Want a peek behind the scenes at how RightScale builds the tools that help organizations deploy and manage applications across public, private, and hybrid clouds? I'm RightScale's chief architect, and at RightScale Compute 2013 I'll be sharing that information in a session on Building RightScale's Globally Distributed Datastore, where you can learn how we use both relational and NoSQL databases to provide a scalable, distributed, and highly available service around the world.
RightScale uses a mix of relational databases — notably MySQL — and NoSQL technology, in particular Cassandra.
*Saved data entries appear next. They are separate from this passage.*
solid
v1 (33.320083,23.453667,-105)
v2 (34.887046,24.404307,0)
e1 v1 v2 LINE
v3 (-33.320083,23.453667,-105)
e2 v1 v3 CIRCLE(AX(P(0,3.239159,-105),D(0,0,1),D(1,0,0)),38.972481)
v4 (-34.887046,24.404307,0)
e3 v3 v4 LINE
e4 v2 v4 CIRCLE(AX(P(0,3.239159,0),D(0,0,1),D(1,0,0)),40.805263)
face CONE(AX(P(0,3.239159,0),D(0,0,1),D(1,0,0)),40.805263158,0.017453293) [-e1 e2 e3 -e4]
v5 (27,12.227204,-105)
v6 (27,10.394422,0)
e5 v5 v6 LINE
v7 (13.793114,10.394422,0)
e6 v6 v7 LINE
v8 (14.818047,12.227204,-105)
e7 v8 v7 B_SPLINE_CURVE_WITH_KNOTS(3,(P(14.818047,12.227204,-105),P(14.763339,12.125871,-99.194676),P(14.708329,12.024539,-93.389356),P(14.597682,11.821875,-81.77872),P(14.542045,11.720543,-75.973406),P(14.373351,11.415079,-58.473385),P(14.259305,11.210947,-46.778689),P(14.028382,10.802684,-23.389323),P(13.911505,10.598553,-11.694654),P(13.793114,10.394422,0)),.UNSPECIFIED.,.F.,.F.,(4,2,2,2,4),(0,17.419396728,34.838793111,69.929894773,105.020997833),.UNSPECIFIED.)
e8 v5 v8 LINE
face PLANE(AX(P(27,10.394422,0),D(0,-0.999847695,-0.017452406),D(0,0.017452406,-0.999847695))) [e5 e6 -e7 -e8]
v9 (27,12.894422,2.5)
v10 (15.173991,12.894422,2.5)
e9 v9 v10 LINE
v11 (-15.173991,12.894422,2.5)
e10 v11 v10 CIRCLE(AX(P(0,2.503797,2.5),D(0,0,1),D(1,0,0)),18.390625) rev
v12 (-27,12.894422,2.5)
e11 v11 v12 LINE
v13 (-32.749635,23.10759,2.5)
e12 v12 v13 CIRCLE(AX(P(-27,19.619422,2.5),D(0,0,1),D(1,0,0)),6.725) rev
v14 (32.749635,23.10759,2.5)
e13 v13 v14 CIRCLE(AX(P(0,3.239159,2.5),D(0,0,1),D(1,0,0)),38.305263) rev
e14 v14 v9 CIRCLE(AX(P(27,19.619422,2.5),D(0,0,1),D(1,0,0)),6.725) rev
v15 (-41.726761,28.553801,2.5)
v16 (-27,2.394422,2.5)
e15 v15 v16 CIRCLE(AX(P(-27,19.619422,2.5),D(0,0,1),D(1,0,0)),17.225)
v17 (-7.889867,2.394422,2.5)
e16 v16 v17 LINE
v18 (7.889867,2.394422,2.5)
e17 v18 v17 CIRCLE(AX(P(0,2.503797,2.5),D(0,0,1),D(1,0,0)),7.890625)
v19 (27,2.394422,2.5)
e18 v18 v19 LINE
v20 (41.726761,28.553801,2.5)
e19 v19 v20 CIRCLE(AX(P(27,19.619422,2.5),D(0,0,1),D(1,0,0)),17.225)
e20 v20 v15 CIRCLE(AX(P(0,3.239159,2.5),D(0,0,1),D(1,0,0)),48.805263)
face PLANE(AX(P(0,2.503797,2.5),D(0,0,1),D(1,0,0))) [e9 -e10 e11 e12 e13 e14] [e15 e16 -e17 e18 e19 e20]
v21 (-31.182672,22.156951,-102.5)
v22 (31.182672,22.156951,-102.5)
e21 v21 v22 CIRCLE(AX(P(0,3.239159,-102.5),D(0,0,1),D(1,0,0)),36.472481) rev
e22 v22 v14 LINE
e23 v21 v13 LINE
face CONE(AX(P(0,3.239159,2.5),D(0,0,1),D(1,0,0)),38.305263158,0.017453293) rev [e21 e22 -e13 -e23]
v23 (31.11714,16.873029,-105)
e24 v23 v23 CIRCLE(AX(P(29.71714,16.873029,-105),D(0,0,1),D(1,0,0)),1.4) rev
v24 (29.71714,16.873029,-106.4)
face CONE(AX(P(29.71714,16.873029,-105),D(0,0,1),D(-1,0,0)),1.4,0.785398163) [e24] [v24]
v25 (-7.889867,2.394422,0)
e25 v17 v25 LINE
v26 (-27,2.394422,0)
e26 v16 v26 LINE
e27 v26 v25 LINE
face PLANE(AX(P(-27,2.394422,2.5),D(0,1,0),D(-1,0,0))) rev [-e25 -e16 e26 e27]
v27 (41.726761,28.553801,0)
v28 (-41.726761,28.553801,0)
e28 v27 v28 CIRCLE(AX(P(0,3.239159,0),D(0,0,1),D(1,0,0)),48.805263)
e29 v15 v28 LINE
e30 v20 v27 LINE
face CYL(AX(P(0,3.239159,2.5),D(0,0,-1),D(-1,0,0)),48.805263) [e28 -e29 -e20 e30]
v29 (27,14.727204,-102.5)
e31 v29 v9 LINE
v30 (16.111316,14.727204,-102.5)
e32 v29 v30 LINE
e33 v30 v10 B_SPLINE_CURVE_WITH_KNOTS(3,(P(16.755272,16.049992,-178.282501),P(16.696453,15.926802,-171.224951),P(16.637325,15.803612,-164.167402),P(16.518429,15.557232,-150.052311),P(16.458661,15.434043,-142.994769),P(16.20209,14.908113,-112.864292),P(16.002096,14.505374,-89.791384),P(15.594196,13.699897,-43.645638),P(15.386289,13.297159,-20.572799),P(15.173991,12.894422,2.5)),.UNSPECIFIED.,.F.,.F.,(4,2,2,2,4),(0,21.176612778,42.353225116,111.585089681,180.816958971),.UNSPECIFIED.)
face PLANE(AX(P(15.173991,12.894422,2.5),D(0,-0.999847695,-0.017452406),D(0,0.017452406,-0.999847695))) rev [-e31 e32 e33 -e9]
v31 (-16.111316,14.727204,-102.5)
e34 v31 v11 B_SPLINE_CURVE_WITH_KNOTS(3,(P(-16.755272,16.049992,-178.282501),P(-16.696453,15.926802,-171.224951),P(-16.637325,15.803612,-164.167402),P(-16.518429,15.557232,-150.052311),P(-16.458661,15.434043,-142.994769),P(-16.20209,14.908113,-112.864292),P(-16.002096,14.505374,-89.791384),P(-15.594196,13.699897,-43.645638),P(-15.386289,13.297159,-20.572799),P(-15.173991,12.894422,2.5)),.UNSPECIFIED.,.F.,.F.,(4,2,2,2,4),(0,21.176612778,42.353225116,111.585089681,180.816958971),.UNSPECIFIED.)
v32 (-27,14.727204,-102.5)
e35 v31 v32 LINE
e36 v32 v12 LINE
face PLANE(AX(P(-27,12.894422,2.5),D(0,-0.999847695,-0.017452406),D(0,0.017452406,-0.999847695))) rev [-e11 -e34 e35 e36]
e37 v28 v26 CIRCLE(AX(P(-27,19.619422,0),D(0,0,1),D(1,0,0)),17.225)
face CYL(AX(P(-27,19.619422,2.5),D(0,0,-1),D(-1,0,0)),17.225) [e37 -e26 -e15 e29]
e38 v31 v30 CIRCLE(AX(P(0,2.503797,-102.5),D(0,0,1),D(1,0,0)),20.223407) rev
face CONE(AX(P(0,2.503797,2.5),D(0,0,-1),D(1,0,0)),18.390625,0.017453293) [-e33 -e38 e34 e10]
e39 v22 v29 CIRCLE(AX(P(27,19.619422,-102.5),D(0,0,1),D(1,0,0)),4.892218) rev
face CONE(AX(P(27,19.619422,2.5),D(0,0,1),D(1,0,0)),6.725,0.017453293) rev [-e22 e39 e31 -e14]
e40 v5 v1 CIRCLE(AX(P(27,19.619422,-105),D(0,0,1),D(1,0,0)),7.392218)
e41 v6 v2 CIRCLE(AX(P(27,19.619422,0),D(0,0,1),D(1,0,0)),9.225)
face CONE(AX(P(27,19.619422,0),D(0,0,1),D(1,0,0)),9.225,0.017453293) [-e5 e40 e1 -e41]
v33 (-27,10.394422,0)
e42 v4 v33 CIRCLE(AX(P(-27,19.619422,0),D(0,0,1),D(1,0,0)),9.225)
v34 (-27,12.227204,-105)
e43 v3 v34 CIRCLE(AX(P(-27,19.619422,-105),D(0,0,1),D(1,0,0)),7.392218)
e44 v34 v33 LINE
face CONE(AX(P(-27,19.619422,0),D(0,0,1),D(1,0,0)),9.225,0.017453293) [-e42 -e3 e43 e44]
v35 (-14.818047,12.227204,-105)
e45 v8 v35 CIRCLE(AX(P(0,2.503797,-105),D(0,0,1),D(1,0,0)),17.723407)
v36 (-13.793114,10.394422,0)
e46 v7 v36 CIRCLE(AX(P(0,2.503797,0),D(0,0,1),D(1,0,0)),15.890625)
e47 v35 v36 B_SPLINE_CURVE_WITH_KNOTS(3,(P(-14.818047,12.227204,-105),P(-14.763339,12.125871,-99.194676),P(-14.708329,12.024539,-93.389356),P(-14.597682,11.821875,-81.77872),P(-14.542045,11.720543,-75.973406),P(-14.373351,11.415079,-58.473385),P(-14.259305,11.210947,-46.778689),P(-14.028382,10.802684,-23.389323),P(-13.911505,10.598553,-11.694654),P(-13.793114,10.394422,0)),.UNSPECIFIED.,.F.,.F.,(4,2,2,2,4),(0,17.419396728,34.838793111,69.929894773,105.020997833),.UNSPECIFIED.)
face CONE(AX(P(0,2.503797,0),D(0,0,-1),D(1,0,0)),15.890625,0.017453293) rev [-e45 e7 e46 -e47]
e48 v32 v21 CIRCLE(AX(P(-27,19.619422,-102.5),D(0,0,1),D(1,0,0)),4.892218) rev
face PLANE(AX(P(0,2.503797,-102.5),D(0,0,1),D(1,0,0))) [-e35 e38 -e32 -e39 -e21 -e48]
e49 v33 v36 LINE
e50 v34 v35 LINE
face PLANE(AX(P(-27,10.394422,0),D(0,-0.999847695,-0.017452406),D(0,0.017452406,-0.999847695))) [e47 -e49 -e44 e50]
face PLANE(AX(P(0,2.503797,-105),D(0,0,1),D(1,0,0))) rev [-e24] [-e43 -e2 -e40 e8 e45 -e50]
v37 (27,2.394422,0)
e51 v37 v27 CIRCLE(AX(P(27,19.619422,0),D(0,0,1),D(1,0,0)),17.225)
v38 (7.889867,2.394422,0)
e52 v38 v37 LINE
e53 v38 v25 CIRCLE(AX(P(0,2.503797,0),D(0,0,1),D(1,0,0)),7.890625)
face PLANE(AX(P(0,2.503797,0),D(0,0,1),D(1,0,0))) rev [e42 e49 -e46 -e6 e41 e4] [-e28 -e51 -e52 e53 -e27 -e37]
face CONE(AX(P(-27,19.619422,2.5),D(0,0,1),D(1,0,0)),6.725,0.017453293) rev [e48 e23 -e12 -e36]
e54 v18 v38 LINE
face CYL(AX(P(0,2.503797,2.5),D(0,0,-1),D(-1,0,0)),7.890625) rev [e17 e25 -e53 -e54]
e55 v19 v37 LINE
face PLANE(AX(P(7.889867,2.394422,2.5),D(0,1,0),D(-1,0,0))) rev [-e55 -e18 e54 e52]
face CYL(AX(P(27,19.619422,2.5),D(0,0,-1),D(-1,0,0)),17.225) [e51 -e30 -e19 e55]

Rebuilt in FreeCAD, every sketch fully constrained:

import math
import FreeCAD as App
import Part
import Sketcher
Q = App.Units.Quantity


def faces_at(feature, points):
    """Names of the faces that lie closest to the given points."""
    faces = feature.Shape.Faces
    near = lambda p: min(range(len(faces)), key=lambda i: faces[i].distToShape(Part.Vertex(*p))[0])
    return sorted({f"Face{near(p) + 1}" for p in points})


def add_polygon(sketch, points):
    """Adds a closed chain of lines whose ends are joined by coincident constraints."""
    first, n = sketch.GeometryCount, len(points)
    for a, b in zip(points, points[1:] + points[:1]):
        sketch.addGeometry(Part.LineSegment(App.Vector(*a, 0), App.Vector(*b, 0)), False)
    for i in range(n):
        sketch.addConstraint(Sketcher.Constraint("Coincident", first + i, 2, first + (i + 1) % n, 1))

doc = App.newDocument("Part")
body = doc.addObject("PartDesign::Body", "Body")

# Sketch on XY plane
sketch1 = body.newObject("Sketcher::SketchObject", "Sketch")
sketch1.AttachmentSupport = (doc.getObject("XY_Plane"), [""])
sketch1.MapMode = "FlatFace"
sketch1.addGeometry(Part.ArcOfCircle(Part.Circle(App.Vector(27, 19.619422, 0), App.Vector(0, 0, 1), 9.225), math.radians(-90), math.radians(31.244201)), False)
sketch1.addGeometry(Part.ArcOfCircle(Part.Circle(App.Vector(0, 3.239159, 0), App.Vector(0, 0, 1), 40.805263), math.radians(31.244201), math.radians(148.755799)), False)
sketch1.addGeometry(Part.ArcOfCircle(Part.Circle(App.Vector(-27, 19.619422, 0), App.Vector(0, 0, 1), 9.225), math.radians(148.755799), math.radians(270)), False)
sketch1.addGeometry(Part.LineSegment(App.Vector(-27, 10.394422, 0), App.Vector(-13.793114, 10.394422, 0)), False)
sketch1.addGeometry(Part.ArcOfCircle(Part.Circle(App.Vector(0, 2.503797, 0), App.Vector(0, 0, 1), 15.890625), math.radians(29.772573), math.radians(150.227427)), False)
sketch1.addGeometry(Part.LineSegment(App.Vector(13.793114, 10.394422, 0), App.Vector(27, 10.394422, 0)), False)
sketch1.addConstraint(Sketcher.Constraint("Tangent", 0, 2, 1, 1))
sketch1.addConstraint(Sketcher.Constraint("Tangent", 1, 2, 2, 1))
sketch1.addConstraint(Sketcher.Constraint("Tangent", 2, 2, 3, 1))
sketch1.addConstraint(Sketcher.Constraint("Coincident", 3, 2, 4, 2))
sketch1.addConstraint(Sketcher.Constraint("Coincident", 4, 1, 5, 1))
sketch1.addConstraint(Sketcher.Constraint("Tangent", 5, 2, 0, 1))
sketch1.addConstraint(Sketcher.Constraint("Horizontal", 3))
sketch1.addConstraint(Sketcher.Constraint("Horizontal", 5))
sketch1.addConstraint(Sketcher.Constraint("Equal", 0, 2))
sketch1.addConstraint(Sketcher.Constraint("Symmetric", 0, 3, 2, 3, -2))
sketch1.addConstraint(Sketcher.Constraint("PointOnObject", 4, 3, -2))
sketch1.addConstraint(Sketcher.Constraint("DistanceX", -1, 1, 0, 3, Q("27 mm")))
sketch1.addConstraint(Sketcher.Constraint("Radius", 0, Q("9.225 mm")))
sketch1.addConstraint(Sketcher.Constraint("Radius", 1, Q("40.805263 mm")))
sketch1.addConstraint(Sketcher.Constraint("Radius", 4, Q("15.890625 mm")))
sketch1.addConstraint(Sketcher.Constraint("DistanceX", 3, 1, 3, 2, Q("13.206886 mm")))
sketch1.addConstraint(Sketcher.Constraint("DistanceY", -1, 1, 0, 3, Q("19.619422 mm")))
pad1 = body.newObject("PartDesign::Pad", "Pad")
pad1.Profile = sketch1
pad1.Length = 105
pad1.Reversed = True
doc.recompute()

draft = body.newObject("PartDesign::Draft", "Draft")
draft.Base = (pad1, faces_at(pad1, [
    (20.397, 10.394, -52.5),
    (35.039, 15.094, -52.5),
    (0, 44.044, -52.5),
    (-35.039, 15.094, -52.5),
    (-20.397, 10.394, -52.5),
    (0, 18.394, -52.5),
]))
draft.NeutralPlane = (doc.getObject("XY_Plane"), [""])
draft.Angle = 1
draft.Reversed = True

# Sketch on XY plane
sketch2 = body.newObject("Sketcher::SketchObject", "Sketch001")
sketch2.AttachmentSupport = (doc.getObject("XY_Plane"), [""])
sketch2.MapMode = "FlatFace"
sketch2.addGeometry(Part.LineSegment(App.Vector(7.889867, 2.394422, 0), App.Vector(27, 2.394422, 0)), False)
sketch2.addGeometry(Part.ArcOfCircle(Part.Circle(App.Vector(27, 19.619422, 0), App.Vector(0, 0, 1), 17.225), math.radians(-90), math.radians(31.244201)), False)
sketch2.addGeometry(Part.ArcOfCircle(Part.Circle(App.Vector(0, 3.239159, 0), App.Vector(0, 0, 1), 48.805263), math.radians(31.244201), math.radians(148.755799)), False)
sketch2.addGeometry(Part.ArcOfCircle(Part.Circle(App.Vector(-27, 19.619422, 0), App.Vector(0, 0, 1), 17.225), math.radians(148.755799), math.radians(270)), False)
sketch2.addGeometry(Part.LineSegment(App.Vector(-27, 2.394422, 0), App.Vector(-7.889867, 2.394422, 0)), False)
sketch2.addGeometry(Part.ArcOfCircle(Part.Circle(App.Vector(0, 2.503797, 0), App.Vector(0, 0, 1), 7.890625), math.radians(-0.794224), math.radians(180.794224)), False)
sketch2.addConstraint(Sketcher.Constraint("Tangent", 0, 2, 1, 1))
sketch2.addConstraint(Sketcher.Constraint("Tangent", 1, 2, 2, 1))
sketch2.addConstraint(Sketcher.Constraint("Tangent", 2, 2, 3, 1))
sketch2.addConstraint(Sketcher.Constraint("Tangent", 3, 2, 4, 1))
sketch2.addConstraint(Sketcher.Constraint("Coincident", 4, 2, 5, 2))
sketch2.addConstraint(Sketcher.Constraint("Coincident", 5, 1, 0, 1))
sketch2.addConstraint(Sketcher.Constraint("Horizontal", 0))
sketch2.addConstraint(Sketcher.Constraint("Horizontal", 4))
sketch2.addConstraint(Sketcher.Constraint("Equal", 1, 3))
Our data taxonomy involves several systems with different data semantics. They include global objects — such as users, account plans, and settings — as well as a number of different items that are private to each account:
- Dashboard objects, such as deployments, audit information, and alert specifications
- Cloud polling data, which includes cloud resource states and cloud credentials
- Routing data, such as the location of instance and core agents and an agent action registry
- Monitoring and syslog data
In practice, when it comes to using the data, we need to pay attention to the scope of any given data - whether it is shared among accounts or used by only a single account - and its placement, by which I mean who uses the data. Global and dashboard objects are used by the Dashboard and API — they are “close” to users. Cloud polling data, routing data, and monitoring and syslog data are used by instances and resources — they are “close” to the cloud. Those two concepts, scope and placement, make up two axes against which we can graph our database systems.
In my session I'll share details on how these two axes influence how RightScale geographically deploys its systems, as well as how they dictate the technologies that we use (MySQL, Cassandra, S3, and others) for each specific task based on the availability, replication, and geographical proximity constraints of each of the tasks. For example, we will show how we leverage MySQL for its ACID semantics and "queryability," Cassandra for its strength in availability and scalability, and S3 for its archival and large volume capabilities. I'll also talk about our disaster recovery strategy and show how it reacts when facing complete region outages.